The women of Portsmouth had of necessity to be tough. They kept their families together during long naval and military deployments overseas, raising their children on their own for much of this time. They worked in domestic service, in nearby stay factories or simply took in sewing to complete in their own homes, often with the help of their children.
The local suffrage campaign was driven as much by the lack of opportunities for middle-class women as reaction to sweating in local stay factories and the injustices of the Contagious Diseases Acts. Women's own voices are seldom heard in surviving sources before the end of the 19th century, but as the century came to an end suffragists, pioneers of women's education, women who stood for public office for the first time, and those who entered the professions began to step forward.

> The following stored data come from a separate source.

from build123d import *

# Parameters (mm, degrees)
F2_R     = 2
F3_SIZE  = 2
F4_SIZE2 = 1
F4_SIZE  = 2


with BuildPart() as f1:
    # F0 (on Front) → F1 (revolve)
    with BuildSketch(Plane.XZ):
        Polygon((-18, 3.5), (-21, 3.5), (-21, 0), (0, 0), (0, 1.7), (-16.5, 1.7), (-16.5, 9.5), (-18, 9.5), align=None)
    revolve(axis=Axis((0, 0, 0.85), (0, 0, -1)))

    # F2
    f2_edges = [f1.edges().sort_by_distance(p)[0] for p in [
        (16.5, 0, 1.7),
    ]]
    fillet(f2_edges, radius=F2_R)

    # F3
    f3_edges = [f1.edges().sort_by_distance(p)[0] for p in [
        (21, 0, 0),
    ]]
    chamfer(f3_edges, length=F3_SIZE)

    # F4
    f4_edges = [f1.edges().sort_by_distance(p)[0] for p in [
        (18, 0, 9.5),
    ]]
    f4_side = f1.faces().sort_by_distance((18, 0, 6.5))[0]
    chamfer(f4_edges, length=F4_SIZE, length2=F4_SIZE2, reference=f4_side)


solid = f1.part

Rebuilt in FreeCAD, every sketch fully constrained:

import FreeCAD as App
import Part
import Sketcher

V = App.Vector
Q = App.Units.Quantity


def edges_at(feature, points):
    """Names of the edges that pass closest to the given points."""
    edges = feature.Shape.Edges
    near = lambda p: min(range(len(edges)), key=lambda i: edges[i].distToShape(Part.Vertex(*p))[0])
    return sorted({f"Edge{near(p) + 1}" for p in points})

doc = App.newDocument("Part")
body = doc.addObject("PartDesign::Body", "Body")

# Sketch on XZ plane
sketch1 = body.newObject("Sketcher::SketchObject", "Sketch")
sketch1.AttachmentSupport = (doc.getObject("XZ_Plane"), [""])
sketch1.MapMode = "FlatFace"
sketch1.addGeometry(Part.LineSegment(V(-18, 3.5, 0), V(-21, 3.5, 0)), False)
sketch1.addGeometry(Part.LineSegment(V(-21, 3.5, 0), V(-21, 0, 0)), False)
sketch1.addGeometry(Part.LineSegment(V(-21, 0, 0), V(0, 0, 0)), False)
sketch1.addGeometry(Part.LineSegment(V(0, 0, 0), V(0, 1.7, 0)), False)
sketch1.addGeometry(Part.LineSegment(V(0, 1.7, 0), V(-16.5, 1.7, 0)), False)
sketch1.addGeometry(Part.LineSegment(V(-16.5, 1.7, 0), V(-16.5, 9.5, 0)), False)
sketch1.addGeometry(Part.LineSegment(V(-16.5, 9.5, 0), V(-18, 9.5, 0)), False)
sketch1.addGeometry(Part.LineSegment(V(-18, 9.5, 0), V(-18, 3.5, 0)), False)
sketch1.addConstraint(Sketcher.Constraint("Coincident", 0, 2, 1, 1))
sketch1.addConstraint(Sketcher.Constraint("Coincident", 1, 2, 2, 1))
sketch1.addConstraint(Sketcher.Constraint("Coincident", 2, 2, 3, 1))
sketch1.addConstraint(Sketcher.Constraint("Coincident", 3, 2, 4, 1))
sketch1.addConstraint(Sketcher.Constraint("Coincident", 4, 2, 5, 1))
sketch1.addConstraint(Sketcher.Constraint("Coincident", 5, 2, 6, 1))
sketch1.addConstraint(Sketcher.Constraint("Coincident", 6, 2, 7, 1))
sketch1.addConstraint(Sketcher.Constraint("Coincident", 7, 2, 0, 1))
sketch1.addConstraint(Sketcher.Constraint("Horizontal", 0))
sketch1.addConstraint(Sketcher.Constraint("Vertical", 1))
sketch1.addConstraint(Sketcher.Constraint("Horizontal", 2))
sketch1.addConstraint(Sketcher.Constraint("Vertical", 3))
sketch1.addConstraint(Sketcher.Constraint("Horizontal", 4))
sketch1.addConstraint(Sketcher.Constraint("Vertical", 5))
sketch1.addConstraint(Sketcher.Constraint("Horizontal", 6))
sketch1.addConstraint(Sketcher.Constraint("Vertical", 7))
sketch1.addConstraint(Sketcher.Constraint("Coincident", 2, 2, -1, 1))
sketch1.addConstraint(Sketcher.Constraint("DistanceX", 0, 2, 0, 1, Q("3 mm")))
sketch1.addConstraint(Sketcher.Constraint("DistanceX", 2, 1, 2, 2, Q("21 mm")))
sketch1.addConstraint(Sketcher.Constraint("DistanceY", 7, 2, 7, 1, Q("6 mm")))
sketch1.addConstraint(Sketcher.Constraint("DistanceX", 4, 2, 4, 1, Q("16.5 mm")))
sketch1.addConstraint(Sketcher.Constraint("DistanceY", 1, 2, 1, 1, Q("3.5 mm")))
sketch1.addConstraint(Sketcher.Constraint("DistanceY", 3, 1, 3, 2, Q("1.7 mm")))
revolution = body.newObject("PartDesign::Revolution", "Revolution")
revolution.Profile = sketch1
revolution.ReferenceAxis = (sketch1, ["V_Axis"])
revolution.Angle = 360
doc.recompute()

fillet = body.newObject("PartDesign::Fillet", "Fillet")
fillet.Base = (revolution, edges_at(revolution, [(16.5, 0, 1.7)]))
fillet.Radius = 2
doc.recompute()

chamfer = body.newObject("PartDesign::Chamfer", "Chamfer")
chamfer.Base = (fillet, edges_at(fillet, [(21, 0, 0)]))
chamfer.Size = 2
doc.recompute()

chamfer2 = body.newObject("PartDesign::Chamfer", "Chamfer001")
chamfer2.Base = (chamfer, edges_at(chamfer, [(18, 0, 9.5)]))
chamfer2.ChamferType = "Two distances"
chamfer2.Size = 2
chamfer2.Size2 = 1

doc.recompute()
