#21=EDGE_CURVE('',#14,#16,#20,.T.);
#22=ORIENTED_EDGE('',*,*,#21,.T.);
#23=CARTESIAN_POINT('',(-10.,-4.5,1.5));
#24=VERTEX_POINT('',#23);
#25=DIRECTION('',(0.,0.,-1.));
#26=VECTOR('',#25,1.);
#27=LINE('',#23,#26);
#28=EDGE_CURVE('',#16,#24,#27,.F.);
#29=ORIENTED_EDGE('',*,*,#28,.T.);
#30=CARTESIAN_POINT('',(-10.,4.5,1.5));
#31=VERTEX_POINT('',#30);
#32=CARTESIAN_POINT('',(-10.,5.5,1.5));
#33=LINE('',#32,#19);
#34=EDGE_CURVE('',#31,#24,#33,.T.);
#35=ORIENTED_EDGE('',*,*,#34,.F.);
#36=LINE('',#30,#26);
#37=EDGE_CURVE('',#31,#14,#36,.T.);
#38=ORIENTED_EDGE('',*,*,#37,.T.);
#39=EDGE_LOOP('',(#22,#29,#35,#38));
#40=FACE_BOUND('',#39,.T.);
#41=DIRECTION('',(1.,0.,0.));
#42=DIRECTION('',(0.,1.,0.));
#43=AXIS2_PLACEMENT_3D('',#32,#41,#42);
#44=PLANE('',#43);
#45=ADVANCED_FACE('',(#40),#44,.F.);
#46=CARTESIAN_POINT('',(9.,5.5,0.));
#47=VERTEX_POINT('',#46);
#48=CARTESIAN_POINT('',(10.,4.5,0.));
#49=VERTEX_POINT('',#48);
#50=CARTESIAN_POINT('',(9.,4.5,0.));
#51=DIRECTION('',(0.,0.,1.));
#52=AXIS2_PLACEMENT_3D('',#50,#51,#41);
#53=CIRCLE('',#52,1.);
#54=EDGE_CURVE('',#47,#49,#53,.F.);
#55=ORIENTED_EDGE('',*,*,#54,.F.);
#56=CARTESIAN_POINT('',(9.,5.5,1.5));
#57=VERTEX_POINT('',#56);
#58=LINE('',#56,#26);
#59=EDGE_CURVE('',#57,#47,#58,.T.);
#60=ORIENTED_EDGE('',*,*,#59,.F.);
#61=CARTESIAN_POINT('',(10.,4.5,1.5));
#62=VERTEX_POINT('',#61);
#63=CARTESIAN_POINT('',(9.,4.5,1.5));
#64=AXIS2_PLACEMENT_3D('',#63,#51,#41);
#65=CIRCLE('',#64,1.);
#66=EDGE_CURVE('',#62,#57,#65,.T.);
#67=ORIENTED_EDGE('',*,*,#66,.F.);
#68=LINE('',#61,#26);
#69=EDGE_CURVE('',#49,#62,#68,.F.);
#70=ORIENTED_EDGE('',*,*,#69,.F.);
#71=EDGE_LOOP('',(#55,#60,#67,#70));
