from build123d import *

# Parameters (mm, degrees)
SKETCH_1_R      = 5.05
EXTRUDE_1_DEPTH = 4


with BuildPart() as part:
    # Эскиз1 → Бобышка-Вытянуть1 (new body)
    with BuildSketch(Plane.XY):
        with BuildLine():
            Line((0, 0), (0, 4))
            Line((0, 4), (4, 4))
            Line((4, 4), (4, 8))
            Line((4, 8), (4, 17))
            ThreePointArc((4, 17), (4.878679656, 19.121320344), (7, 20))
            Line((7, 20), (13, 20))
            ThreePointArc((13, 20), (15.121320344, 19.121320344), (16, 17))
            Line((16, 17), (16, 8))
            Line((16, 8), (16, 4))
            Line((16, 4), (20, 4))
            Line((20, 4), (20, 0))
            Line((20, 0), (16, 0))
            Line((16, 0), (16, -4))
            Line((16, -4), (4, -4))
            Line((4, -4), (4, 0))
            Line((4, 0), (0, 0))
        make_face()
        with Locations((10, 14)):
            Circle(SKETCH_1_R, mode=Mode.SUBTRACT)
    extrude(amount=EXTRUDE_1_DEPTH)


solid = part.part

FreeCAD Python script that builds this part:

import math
import FreeCAD as App
import Part
import Sketcher

V = App.Vector

doc = App.newDocument("Part")
body = doc.addObject("PartDesign::Body", "Body")

# Sketch on XY plane
sketch1 = doc.addObject("Sketcher::SketchObject", "Sketch")
body.addObject(sketch1)
sketch1.AttachmentSupport = (doc.XY_Plane, [""])
sketch1.MapMode = "FlatFace"
sketch1.addGeometry([
    Part.LineSegment(V(0, 4, 0), V(0, 0, 0)),  # 0
    Part.LineSegment(V(0, 0, 0), V(4, 0, 0)),  # 1
    Part.LineSegment(V(4, 0, 0), V(4, -4, 0)),  # 2
    Part.LineSegment(V(4, -4, 0), V(16, -4, 0)),  # 3
    Part.LineSegment(V(16, -4, 0), V(16, 0, 0)),  # 4
    Part.LineSegment(V(16, 0, 0), V(20, 0, 0)),  # 5
    Part.LineSegment(V(20, 0, 0), V(20, 4, 0)),  # 6
    Part.LineSegment(V(20, 4, 0), V(16, 4, 0)),  # 7
    Part.LineSegment(V(16, 4, 0), V(16, 17, 0)),  # 8
    Part.ArcOfCircle(Part.Circle(V(13, 17, 0), V(0, 0, 1), 3), math.radians(0), math.radians(90)),  # 9
    Part.LineSegment(V(13, 20, 0), V(7, 20, 0)),  # 10
    Part.ArcOfCircle(Part.Circle(V(7, 17, 0), V(0, 0, 1), 3), math.radians(90), math.radians(180)),  # 11
    Part.LineSegment(V(4, 17, 0), V(4, 4, 0)),  # 12
    Part.LineSegment(V(4, 4, 0), V(0, 4, 0)),  # 13
    Part.Circle(V(10, 14, 0), V(0, 0, 1), 5.05),  # 14
], False)
sketch1.addConstraint([
    Sketcher.Constraint("Coincident", 0, 2, 1, 1),
    Sketcher.Constraint("Coincident", 1, 2, 2, 1),
    Sketcher.Constraint("Coincident", 2, 2, 3, 1),
    Sketcher.Constraint("Coincident", 3, 2, 4, 1),
    Sketcher.Constraint("Coincident", 4, 2, 5, 1),
    Sketcher.Constraint("Coincident", 5, 2, 6, 1),
    Sketcher.Constraint("Coincident", 6, 2, 7, 1),
    Sketcher.Constraint("Coincident", 7, 2, 8, 1),
    Sketcher.Constraint("Tangent", 8, 2, 9, 1),
    Sketcher.Constraint("Tangent", 9, 2, 10, 1),
    Sketcher.Constraint("Tangent", 10, 2, 11, 1),
    Sketcher.Constraint("Tangent", 11, 2, 12, 1),
    Sketcher.Constraint("Coincident", 12, 2, 13, 1),
    Sketcher.Constraint("Coincident", 13, 2, 0, 1),
    Sketcher.Constraint("Vertical", 0),
    Sketcher.Constraint("Horizontal", 1),
    Sketcher.Constraint("Vertical", 2),
    Sketcher.Constraint("Horizontal", 3),
    Sketcher.Constraint("Vertical", 4),
    Sketcher.Constraint("Horizontal", 5),
    Sketcher.Constraint("Vertical", 6),
    Sketcher.Constraint("Horizontal", 7),
    Sketcher.Constraint("Vertical", 8),
    Sketcher.Constraint("Horizontal", 10),
    Sketcher.Constraint("Vertical", 12),
    Sketcher.Constraint("Horizontal", 13),
    Sketcher.Constraint("Coincident", 0, 2, -1, 1),
    Sketcher.Constraint("Equal", 9, 11),
    Sketcher.Constraint("Symmetric", 3, 2, 7, 2, -1),
    Sketcher.Constraint("Symmetric", 2, 2, 12, 2, -1),
    Sketcher.Constraint("PointOnObject", 4, 2, -1),
    Sketcher.Constraint("Equal", 1, 5),
    Sketcher.Constraint("Equal", 13, 0),
    Sketcher.Constraint("Radius", 9, 3.0),
    Sketcher.Constraint("Diameter", 14, 10.1),
    Sketcher.Constraint("DistanceX", 1, 1, 1, 2, 4.0),
    Sketcher.Constraint("DistanceX", 3, 1, 3, 2, 12.0),
    Sketcher.Constraint("DistanceY", 8, 1, 8, 2, 13.0),
    Sketcher.Constraint("DistanceX", -1, 1, 14, 3, 10.0),
    Sketcher.Constraint("DistanceY", -1, 1, 14, 3, 14.0),
])
pad1 = doc.addObject("PartDesign::Pad", "Pad")
body.addObject(pad1)
pad1.Profile = sketch1
pad1.Length = 4

doc.recompute()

The First World War gave women the opportunity to prove that they could be effectively integrated into a male workforce. Similar sentiments were expressed by local women barely a generation later during the Second World War. This time the war came to Portsmouth and much of the old city was destroyed by enemy bombing. With their men away, women had to cope on their own with this wholesale destruction of their homes and communities - and the deaths of relations and friends.
Women's own voices are heard most effectively for the first time in the postwar period through the medium of oral history. Recordings made over the last thirty years and printed, edited extracts of those recordings are used to detail women's lives and more recent times, and the continuing fight for equality.